El ruido de la alarma estremece mi apacible sueño, como un golpe que ataca súbitamente y obliga a dos respuestas inmediatas: a defenderte y expulsar la agresión o simplemente contener el dolor. En mi caso, prefiero la segunda opción. Si me preguntas el por qué de aquella elección no sabría responderte, sólo sé que ya me he acostumbrado a aguantar cualquier malestar, y como el hombre tiende a refugiarse en la costumbre, en el hábito de lo común, yo me aferré a ello.

A lo lejos, divisando mi cortina parece que el sol está saliendo. De seguro hoy los rayos del sol iluminarán vigorosamente nuestros pasos, pero ¿de qué sirve la luz al caminar si después se esconde? ¿Se arrepentirá de relucir a gente que no merece tener la capacidad de ver, observar, contemplar, y por eso se aísla? Prefiero dejar mi cortina tal cual está, más ya he aprendido a guiarme en la oscuridad.

Y en los momentos en que quizás debería tener un espacio de relajo, prefiero pensar en qué ropa usaré mientras me estoy duchado. ¿Relajación? no, ese concepto ya está exiliado de mi diccionario. En tiempos de armonía fue expulsado de mi conciencia sin su consentimiento. Tal vez anhela volver, o quizás encontró algún lugar donde el sol sí alumbre permanentemente. Nadie lo sabe.

Acabo de abrir la puerta. ¿El mundo me espera a mí, o yo estoy esperando al mundo? De todos modos la luz reluce mis huellas, por lo que puedo caminar seguro. Veo el reloj, es hora de entrar al trabajo, eso indica que las calles estarán colapsadas por el apuro, ajetreo, indiferencia e inquietud. Todas estas palabras las he recogido de la luz que recibo del sol.
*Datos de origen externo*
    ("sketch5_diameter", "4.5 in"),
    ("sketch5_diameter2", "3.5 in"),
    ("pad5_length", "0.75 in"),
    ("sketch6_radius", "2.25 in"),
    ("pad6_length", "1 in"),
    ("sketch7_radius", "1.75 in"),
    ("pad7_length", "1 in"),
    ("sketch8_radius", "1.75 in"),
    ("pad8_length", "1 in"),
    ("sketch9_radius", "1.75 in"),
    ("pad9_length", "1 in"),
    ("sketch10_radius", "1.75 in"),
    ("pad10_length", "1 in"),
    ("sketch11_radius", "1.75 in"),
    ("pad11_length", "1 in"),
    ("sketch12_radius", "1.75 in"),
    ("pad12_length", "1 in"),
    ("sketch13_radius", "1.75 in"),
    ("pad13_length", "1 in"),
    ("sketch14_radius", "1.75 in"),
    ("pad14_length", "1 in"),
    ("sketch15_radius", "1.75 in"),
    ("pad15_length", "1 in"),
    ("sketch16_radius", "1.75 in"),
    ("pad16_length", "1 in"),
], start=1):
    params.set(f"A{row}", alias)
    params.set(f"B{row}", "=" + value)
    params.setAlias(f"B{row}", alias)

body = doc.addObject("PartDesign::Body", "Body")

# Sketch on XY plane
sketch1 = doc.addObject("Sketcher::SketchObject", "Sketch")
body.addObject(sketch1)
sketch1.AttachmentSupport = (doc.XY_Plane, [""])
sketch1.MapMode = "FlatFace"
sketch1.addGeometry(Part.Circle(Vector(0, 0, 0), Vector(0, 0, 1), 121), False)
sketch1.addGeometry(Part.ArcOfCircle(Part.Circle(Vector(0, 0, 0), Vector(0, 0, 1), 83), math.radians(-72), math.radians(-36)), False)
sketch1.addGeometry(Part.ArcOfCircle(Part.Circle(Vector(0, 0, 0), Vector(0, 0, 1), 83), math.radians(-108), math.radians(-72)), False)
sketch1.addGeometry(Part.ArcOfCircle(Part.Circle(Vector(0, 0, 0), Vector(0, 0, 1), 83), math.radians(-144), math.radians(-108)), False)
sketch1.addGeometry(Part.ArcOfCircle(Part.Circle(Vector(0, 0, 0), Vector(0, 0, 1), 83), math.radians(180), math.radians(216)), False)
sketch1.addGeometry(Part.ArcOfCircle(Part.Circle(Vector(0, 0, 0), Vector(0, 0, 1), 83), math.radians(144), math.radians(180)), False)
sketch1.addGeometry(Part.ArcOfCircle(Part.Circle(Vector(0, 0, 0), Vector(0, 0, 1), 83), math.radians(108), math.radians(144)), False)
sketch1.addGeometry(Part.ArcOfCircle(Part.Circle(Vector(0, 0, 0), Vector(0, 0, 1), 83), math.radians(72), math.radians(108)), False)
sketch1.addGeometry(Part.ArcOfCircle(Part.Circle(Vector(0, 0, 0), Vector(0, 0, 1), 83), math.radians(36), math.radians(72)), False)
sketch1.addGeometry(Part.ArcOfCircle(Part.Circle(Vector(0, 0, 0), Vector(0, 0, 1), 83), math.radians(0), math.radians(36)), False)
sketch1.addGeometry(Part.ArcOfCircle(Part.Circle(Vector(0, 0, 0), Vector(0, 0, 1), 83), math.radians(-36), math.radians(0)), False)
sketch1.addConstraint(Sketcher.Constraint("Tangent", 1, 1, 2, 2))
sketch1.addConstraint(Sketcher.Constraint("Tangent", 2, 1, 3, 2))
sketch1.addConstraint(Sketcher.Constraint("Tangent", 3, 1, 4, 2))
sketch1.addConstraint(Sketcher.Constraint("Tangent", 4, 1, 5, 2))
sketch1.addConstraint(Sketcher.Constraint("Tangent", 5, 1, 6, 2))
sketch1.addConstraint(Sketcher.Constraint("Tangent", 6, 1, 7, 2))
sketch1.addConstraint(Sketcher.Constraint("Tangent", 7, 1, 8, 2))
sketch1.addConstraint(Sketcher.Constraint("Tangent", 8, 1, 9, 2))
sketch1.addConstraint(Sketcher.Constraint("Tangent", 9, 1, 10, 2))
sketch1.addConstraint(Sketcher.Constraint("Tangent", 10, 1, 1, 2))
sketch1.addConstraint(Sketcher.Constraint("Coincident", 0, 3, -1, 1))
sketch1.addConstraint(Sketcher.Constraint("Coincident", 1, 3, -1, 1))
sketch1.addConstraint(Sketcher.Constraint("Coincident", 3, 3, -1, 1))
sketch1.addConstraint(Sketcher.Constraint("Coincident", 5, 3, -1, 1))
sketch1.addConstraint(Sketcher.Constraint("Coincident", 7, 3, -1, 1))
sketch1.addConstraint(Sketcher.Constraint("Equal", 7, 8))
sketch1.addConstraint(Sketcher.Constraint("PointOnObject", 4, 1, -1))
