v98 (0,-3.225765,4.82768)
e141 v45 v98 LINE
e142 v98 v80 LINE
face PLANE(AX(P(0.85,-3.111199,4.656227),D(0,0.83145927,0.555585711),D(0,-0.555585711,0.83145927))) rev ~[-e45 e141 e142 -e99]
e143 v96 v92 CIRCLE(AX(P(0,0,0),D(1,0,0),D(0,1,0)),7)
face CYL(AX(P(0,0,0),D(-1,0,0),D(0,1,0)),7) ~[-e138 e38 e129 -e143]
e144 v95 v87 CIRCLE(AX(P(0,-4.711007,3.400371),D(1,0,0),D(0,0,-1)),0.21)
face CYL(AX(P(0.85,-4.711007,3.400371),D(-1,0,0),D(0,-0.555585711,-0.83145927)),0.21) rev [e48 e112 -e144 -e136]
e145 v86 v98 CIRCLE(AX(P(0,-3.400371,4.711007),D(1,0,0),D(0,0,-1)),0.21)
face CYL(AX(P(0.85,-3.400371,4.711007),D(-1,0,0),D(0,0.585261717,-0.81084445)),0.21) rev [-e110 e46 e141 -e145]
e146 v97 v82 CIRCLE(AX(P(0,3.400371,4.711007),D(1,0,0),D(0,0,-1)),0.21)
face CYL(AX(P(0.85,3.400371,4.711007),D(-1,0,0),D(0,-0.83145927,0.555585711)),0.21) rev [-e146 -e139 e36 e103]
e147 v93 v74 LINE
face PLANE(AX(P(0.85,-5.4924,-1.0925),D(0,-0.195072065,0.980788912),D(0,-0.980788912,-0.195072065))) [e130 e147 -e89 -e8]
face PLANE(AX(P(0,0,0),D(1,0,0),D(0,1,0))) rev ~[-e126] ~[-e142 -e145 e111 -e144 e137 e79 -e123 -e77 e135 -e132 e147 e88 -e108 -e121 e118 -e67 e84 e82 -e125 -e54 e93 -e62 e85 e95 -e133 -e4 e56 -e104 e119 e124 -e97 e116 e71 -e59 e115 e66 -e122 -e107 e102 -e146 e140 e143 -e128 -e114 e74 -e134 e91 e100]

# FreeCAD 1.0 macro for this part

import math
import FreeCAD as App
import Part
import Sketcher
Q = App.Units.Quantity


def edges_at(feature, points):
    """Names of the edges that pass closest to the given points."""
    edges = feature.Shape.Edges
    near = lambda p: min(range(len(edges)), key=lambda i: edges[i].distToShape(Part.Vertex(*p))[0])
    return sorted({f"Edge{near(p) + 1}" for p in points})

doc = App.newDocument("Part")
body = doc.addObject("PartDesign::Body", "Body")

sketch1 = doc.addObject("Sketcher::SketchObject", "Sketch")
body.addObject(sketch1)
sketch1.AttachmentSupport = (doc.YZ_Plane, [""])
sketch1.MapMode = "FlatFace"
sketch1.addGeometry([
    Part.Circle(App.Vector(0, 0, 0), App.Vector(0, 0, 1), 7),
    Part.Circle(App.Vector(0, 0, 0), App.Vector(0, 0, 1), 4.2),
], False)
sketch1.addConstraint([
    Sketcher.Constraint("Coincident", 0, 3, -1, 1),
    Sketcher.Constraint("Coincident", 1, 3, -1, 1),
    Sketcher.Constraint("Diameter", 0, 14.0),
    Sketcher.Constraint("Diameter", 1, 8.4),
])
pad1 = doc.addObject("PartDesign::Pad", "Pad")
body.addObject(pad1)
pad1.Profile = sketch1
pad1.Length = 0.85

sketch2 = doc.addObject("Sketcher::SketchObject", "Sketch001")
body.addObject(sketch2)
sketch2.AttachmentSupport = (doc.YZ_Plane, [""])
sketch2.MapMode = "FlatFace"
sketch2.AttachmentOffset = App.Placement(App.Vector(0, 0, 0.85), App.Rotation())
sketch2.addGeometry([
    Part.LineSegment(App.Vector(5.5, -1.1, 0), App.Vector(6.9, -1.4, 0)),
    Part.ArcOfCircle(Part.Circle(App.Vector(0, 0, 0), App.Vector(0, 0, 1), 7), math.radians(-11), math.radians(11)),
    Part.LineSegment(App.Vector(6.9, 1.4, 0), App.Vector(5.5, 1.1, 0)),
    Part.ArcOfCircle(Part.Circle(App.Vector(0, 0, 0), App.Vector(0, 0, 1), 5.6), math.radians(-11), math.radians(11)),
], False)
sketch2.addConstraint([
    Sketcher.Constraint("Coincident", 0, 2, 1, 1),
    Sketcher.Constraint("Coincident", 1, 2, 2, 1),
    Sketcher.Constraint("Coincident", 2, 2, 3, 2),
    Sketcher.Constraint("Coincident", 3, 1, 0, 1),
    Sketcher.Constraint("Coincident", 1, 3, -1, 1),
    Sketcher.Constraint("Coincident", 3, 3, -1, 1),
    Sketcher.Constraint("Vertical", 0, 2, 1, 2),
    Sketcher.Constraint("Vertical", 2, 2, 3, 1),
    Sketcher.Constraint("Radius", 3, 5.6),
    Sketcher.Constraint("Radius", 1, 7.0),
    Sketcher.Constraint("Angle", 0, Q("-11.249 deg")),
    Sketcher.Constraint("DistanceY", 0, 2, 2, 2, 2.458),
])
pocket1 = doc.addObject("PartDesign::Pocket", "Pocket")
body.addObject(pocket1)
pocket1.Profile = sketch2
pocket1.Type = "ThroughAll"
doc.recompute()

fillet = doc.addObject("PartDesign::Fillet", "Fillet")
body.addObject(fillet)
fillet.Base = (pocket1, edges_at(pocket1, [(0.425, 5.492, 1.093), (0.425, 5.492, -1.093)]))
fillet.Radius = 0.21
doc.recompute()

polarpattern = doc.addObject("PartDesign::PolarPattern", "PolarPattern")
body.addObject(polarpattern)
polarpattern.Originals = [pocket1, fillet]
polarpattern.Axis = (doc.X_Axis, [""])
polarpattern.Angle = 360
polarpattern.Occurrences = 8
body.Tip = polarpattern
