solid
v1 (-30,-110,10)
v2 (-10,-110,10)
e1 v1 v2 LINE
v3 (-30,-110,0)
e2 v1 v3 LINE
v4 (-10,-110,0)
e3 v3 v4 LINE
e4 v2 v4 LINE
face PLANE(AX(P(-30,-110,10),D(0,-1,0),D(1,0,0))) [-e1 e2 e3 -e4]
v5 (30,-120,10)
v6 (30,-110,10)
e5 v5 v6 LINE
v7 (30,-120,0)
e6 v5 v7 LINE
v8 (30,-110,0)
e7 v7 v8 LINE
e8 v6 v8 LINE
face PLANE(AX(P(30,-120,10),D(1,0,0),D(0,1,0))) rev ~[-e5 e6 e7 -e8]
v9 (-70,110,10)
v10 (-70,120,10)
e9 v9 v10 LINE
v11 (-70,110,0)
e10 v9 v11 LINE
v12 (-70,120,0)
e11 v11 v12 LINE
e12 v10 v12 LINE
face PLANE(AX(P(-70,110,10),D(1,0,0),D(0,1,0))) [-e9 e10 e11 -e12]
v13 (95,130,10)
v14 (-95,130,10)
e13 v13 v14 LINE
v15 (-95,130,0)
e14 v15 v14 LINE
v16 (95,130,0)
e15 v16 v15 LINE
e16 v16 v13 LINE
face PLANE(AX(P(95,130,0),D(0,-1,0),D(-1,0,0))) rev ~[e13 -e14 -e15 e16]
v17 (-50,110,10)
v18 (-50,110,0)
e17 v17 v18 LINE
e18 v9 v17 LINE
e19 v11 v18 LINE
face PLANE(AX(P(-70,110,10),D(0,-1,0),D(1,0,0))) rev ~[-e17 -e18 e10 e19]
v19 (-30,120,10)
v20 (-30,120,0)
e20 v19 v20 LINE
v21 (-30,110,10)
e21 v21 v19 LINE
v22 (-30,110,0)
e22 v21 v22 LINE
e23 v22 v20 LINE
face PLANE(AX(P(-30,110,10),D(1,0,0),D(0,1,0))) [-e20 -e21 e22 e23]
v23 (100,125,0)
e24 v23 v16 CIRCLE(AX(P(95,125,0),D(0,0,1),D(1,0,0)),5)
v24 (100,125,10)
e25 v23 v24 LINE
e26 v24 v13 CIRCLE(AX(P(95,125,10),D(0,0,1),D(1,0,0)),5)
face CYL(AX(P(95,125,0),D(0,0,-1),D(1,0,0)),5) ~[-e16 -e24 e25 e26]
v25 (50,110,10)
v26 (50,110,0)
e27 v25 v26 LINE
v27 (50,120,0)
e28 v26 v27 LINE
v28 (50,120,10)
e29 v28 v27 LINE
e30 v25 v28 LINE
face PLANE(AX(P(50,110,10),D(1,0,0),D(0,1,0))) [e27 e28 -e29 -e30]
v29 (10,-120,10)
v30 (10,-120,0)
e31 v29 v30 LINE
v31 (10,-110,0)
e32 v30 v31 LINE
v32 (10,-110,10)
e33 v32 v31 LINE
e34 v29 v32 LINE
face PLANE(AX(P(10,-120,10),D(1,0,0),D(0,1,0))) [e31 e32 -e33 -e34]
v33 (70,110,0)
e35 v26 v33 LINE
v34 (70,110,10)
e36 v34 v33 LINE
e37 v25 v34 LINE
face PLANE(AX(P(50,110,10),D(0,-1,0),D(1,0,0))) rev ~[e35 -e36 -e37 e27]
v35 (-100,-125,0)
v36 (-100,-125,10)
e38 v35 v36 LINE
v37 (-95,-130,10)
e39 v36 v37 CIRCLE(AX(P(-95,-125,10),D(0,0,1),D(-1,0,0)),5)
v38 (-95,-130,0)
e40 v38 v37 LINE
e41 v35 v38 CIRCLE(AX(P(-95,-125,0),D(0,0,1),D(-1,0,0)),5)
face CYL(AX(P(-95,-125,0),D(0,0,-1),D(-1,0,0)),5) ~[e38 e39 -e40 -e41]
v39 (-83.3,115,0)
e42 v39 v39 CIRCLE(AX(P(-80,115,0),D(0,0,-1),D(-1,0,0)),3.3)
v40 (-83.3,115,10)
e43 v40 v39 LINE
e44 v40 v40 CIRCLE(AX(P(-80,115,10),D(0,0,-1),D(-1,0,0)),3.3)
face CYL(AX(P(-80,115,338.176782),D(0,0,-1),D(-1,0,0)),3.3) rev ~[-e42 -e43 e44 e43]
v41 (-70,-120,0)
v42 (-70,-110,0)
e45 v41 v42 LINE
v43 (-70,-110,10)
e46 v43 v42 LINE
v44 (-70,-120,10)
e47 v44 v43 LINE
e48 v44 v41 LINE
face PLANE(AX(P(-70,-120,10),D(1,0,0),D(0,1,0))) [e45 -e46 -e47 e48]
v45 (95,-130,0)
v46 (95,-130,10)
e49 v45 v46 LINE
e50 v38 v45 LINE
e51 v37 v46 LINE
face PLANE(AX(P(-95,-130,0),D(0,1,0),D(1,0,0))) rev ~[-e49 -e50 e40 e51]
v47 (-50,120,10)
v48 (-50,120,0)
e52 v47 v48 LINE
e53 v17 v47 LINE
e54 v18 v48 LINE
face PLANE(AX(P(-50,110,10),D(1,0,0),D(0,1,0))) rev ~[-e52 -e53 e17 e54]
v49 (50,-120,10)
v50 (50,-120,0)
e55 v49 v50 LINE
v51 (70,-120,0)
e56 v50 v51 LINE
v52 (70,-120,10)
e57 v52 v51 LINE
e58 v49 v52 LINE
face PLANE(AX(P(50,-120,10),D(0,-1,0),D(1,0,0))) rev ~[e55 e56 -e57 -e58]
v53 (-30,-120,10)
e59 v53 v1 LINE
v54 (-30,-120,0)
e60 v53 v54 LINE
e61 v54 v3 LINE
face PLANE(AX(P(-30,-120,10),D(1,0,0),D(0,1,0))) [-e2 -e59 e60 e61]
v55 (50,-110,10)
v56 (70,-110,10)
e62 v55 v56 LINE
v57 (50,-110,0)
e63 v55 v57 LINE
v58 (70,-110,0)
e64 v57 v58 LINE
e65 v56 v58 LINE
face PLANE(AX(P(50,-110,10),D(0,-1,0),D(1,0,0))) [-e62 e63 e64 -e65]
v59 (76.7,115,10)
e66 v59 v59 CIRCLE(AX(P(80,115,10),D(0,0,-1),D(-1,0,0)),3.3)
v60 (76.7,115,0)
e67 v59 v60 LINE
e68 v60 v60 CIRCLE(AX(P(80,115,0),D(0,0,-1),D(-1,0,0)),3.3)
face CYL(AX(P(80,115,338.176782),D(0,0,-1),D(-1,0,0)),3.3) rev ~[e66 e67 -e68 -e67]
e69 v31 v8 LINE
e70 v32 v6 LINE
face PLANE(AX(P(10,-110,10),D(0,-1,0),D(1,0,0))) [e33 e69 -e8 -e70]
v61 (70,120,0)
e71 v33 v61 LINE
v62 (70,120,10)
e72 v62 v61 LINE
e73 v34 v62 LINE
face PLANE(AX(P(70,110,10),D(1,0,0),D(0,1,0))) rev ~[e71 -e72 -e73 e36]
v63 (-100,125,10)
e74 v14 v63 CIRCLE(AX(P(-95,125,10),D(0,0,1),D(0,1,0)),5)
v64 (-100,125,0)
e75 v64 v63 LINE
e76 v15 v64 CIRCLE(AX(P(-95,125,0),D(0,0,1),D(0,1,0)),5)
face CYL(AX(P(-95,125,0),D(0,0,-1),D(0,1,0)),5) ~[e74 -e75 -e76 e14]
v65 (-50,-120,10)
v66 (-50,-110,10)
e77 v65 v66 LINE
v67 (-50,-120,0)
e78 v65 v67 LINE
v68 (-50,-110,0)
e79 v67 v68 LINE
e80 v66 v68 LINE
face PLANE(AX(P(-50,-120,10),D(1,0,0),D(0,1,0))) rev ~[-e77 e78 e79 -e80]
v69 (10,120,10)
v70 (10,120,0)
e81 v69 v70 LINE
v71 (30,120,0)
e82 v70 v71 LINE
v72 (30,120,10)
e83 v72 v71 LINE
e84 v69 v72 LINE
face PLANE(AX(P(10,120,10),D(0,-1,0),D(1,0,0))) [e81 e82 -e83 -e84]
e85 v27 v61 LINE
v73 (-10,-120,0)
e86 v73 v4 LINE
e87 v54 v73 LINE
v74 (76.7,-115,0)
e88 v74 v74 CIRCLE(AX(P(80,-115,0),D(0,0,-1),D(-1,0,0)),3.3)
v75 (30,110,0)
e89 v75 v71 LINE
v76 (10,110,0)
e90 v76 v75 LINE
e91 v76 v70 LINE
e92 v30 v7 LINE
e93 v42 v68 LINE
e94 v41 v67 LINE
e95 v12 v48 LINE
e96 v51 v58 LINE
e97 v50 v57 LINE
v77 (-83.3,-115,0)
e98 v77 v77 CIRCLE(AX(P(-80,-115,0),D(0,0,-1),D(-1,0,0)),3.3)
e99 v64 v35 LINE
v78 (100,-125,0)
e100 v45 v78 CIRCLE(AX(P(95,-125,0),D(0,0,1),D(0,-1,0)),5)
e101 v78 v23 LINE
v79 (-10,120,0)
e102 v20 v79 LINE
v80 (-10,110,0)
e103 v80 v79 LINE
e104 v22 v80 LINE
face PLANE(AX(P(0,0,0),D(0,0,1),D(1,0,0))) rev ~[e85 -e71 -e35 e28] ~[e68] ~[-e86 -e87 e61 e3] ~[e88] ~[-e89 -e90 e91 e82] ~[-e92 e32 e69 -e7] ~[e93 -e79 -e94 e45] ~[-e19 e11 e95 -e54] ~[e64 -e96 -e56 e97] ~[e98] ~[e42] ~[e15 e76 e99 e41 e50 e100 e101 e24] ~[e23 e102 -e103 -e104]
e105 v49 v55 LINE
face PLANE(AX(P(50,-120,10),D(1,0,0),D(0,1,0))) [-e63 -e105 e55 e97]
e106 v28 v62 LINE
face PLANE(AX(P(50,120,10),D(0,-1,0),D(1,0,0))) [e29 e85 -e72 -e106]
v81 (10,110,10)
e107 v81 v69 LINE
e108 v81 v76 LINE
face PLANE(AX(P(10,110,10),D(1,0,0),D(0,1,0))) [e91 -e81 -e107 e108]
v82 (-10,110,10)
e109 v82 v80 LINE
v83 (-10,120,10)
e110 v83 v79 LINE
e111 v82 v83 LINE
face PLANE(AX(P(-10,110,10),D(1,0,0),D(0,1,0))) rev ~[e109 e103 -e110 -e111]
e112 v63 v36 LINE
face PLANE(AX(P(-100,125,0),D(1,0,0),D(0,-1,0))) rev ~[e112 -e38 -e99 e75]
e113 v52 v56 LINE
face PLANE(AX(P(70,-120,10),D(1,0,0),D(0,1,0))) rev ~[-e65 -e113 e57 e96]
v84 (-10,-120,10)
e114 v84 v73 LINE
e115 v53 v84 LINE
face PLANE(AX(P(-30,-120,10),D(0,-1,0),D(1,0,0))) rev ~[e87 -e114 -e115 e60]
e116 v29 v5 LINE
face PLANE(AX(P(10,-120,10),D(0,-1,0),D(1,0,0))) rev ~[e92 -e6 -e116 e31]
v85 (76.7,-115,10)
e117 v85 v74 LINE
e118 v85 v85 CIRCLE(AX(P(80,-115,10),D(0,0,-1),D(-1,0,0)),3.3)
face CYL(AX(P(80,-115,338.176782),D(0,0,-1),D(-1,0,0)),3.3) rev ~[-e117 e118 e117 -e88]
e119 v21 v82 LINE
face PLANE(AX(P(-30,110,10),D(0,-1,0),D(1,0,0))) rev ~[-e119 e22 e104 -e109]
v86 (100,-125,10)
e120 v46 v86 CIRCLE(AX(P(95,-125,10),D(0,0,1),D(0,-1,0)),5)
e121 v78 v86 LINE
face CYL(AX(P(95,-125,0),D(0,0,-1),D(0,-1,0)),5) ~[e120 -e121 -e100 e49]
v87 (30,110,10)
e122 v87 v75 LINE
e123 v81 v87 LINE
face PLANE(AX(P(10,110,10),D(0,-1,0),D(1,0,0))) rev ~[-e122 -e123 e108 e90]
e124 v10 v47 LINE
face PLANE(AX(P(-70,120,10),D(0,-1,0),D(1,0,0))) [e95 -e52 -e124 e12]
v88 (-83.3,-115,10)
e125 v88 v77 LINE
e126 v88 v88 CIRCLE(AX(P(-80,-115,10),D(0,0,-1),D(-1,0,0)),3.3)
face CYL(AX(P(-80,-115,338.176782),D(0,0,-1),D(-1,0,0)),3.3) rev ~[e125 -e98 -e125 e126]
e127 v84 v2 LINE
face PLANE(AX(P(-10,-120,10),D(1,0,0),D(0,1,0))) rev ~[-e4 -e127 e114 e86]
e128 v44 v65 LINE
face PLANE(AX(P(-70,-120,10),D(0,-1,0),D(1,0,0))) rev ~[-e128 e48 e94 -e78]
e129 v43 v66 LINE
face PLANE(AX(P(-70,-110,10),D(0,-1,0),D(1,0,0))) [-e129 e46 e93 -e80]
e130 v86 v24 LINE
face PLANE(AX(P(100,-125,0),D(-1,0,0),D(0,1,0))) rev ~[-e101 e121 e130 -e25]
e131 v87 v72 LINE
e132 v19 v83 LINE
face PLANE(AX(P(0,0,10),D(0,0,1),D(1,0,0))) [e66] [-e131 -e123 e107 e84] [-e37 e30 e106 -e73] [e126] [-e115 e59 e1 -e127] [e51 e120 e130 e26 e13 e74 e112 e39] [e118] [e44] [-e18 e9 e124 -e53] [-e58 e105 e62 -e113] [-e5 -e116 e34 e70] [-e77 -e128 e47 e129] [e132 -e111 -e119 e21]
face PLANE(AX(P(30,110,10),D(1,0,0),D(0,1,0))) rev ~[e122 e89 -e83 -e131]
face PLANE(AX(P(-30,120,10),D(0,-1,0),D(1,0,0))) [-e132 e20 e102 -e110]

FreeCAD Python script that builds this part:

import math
import FreeCAD as App
import Part
import Sketcher
from FreeCAD import Vector

doc = App.newDocument("Part")
body = doc.addObject("PartDesign::Body", "Body")

# Sketch on XY plane
sketch1 = body.newObject("Sketcher::SketchObject", "Sketch")
sketch1.AttachmentSupport = (doc.getObject("XY_Plane"), [""])
sketch1.MapMode = "FlatFace"
sketch1.addGeometry(Part.ArcOfCircle(Part.Circle(Vector(95, 125, 0), Vector(0, 0, 1), 5), math.radians(0), math.radians(90)), False)
sketch1.addGeometry(Part.LineSegment(Vector(95, 130, 0), Vector(-95, 130, 0)), False)
sketch1.addGeometry(Part.ArcOfCircle(Part.Circle(Vector(-95, 125, 0), Vector(0, 0, 1), 5), math.radians(90), math.radians(180)), False)
sketch1.addGeometry(Part.LineSegment(Vector(-100, 125, 0), Vector(-100, -125, 0)), False)
sketch1.addGeometry(Part.ArcOfCircle(Part.Circle(Vector(-95, -125, 0), Vector(0, 0, 1), 5), math.radians(180), math.radians(270)), False)
sketch1.addGeometry(Part.LineSegment(Vector(-95, -130, 0), Vector(95, -130, 0)), False)
sketch1.addGeometry(Part.ArcOfCircle(Part.Circle(Vector(95, -125, 0), Vector(0, 0, 1), 5), math.radians(-90), math.radians(0)), False)
sketch1.addGeometry(Part.LineSegment(Vector(100, -125, 0), Vector(100, 125, 0)), False)
sketch1.addConstraint(Sketcher.Constraint("Tangent", 0, 2, 1, 1))
sketch1.addConstraint(Sketcher.Constraint("Tangent", 1, 2, 2, 1))
sketch1.addConstraint(Sketcher.Constraint("Tangent", 2, 2, 3, 1))
sketch1.addConstraint(Sketcher.Constraint("Tangent", 3, 2, 4, 1))
sketch1.addConstraint(Sketcher.Constraint("Tangent", 4, 2, 5, 1))
sketch1.addConstraint(Sketcher.Constraint("Tangent", 5, 2, 6, 1))
sketch1.addConstraint(Sketcher.Constraint("Tangent", 6, 2, 7, 1))
sketch1.addConstraint(Sketcher.Constraint("Tangent", 7, 2, 0, 1))
sketch1.addConstraint(Sketcher.Constraint("Horizontal", 1))
sketch1.addConstraint(Sketcher.Constraint("Vertical", 3))
sketch1.addConstraint(Sketcher.Constraint("Horizontal", 5))
sketch1.addConstraint(Sketcher.Constraint("Vertical", 7))
sketch1.addConstraint(Sketcher.Constraint("Equal", 0, 2))
sketch1.addConstraint(Sketcher.Constraint("Equal", 2, 4))
sketch1.addConstraint(Sketcher.Constraint("Equal", 4, 6))
sketch1.addConstraint(Sketcher.Constraint("Symmetric", 0, 3, 4, 3, -1, 1))
sketch1.addConstraint(Sketcher.Constraint("Radius", 0, 5.0))
sketch1.addConstraint(Sketcher.Constraint("DistanceX", 1, 2, 1, 1, 190.0))
sketch1.addConstraint(Sketcher.Constraint("DistanceY", 3, 2, 3, 1, 250.0))
pad1 = body.newObject("PartDesign::Pad", "Pad")
pad1.Profile = sketch1
pad1.Length = 10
Así es, día a día observo en las calles a personas caminando apresuradamente como si un ladrón los estuviese persiguiendo. Algunos caminan avasallando el paso de otros, dando a entender implícitamente que su ritmo de andar es el más adecuado; pero cómo ellos han de saberlo, ¿acaso saben la razón de nuestro andar? no lo creo. Otros dan sus pasos sin estar consciente de ello, una porque están con un aparato en la mano que les impide mirar hacia delante, y dos porque están con gafas que repelan y desechan la iluminación entregada por el sol. Por último, están los que caminan sin rumbo alguno a pesar de no estar ciegos. Ahí es donde me encuentro yo: el que no interfiere en el paso de los demás, el que no tiene un aparato que desvíe su camino ni lentes que opaquen su visión, pero que no sabe cuál es la dirección a seguir.

Ya he caminado lo suficiente, creo que es tiempo de regresar a la oscuridad. Me está esperando, y debo admitir que yo a ella también. Aunque me agrade estar en el mundo de afuera no siento la misma seguridad y cobijo que la opacidad me entrega, ¿pues no es válido aferrarse a algo para sentir protección, independiente de quién la confiera?. Cuando me quedaban pocos pasos para volver a mi refugio siento un tirón en mi chaleco. ¿Quién será? ¿Acaso entorpecí el camino de alguien? Para responder a estas inquietudes tuve que agachar la mirada, así pude ver a un niño que inmediatamente me sonrió, como expresando una armonía desprovista de preocupaciones, de tormentas y lluvias incesantes. –Toma, te regalo esta flor-, me dijo posteriormente. Me sonrió otra vez, y emprendió el rumbo. No supe qué hacer.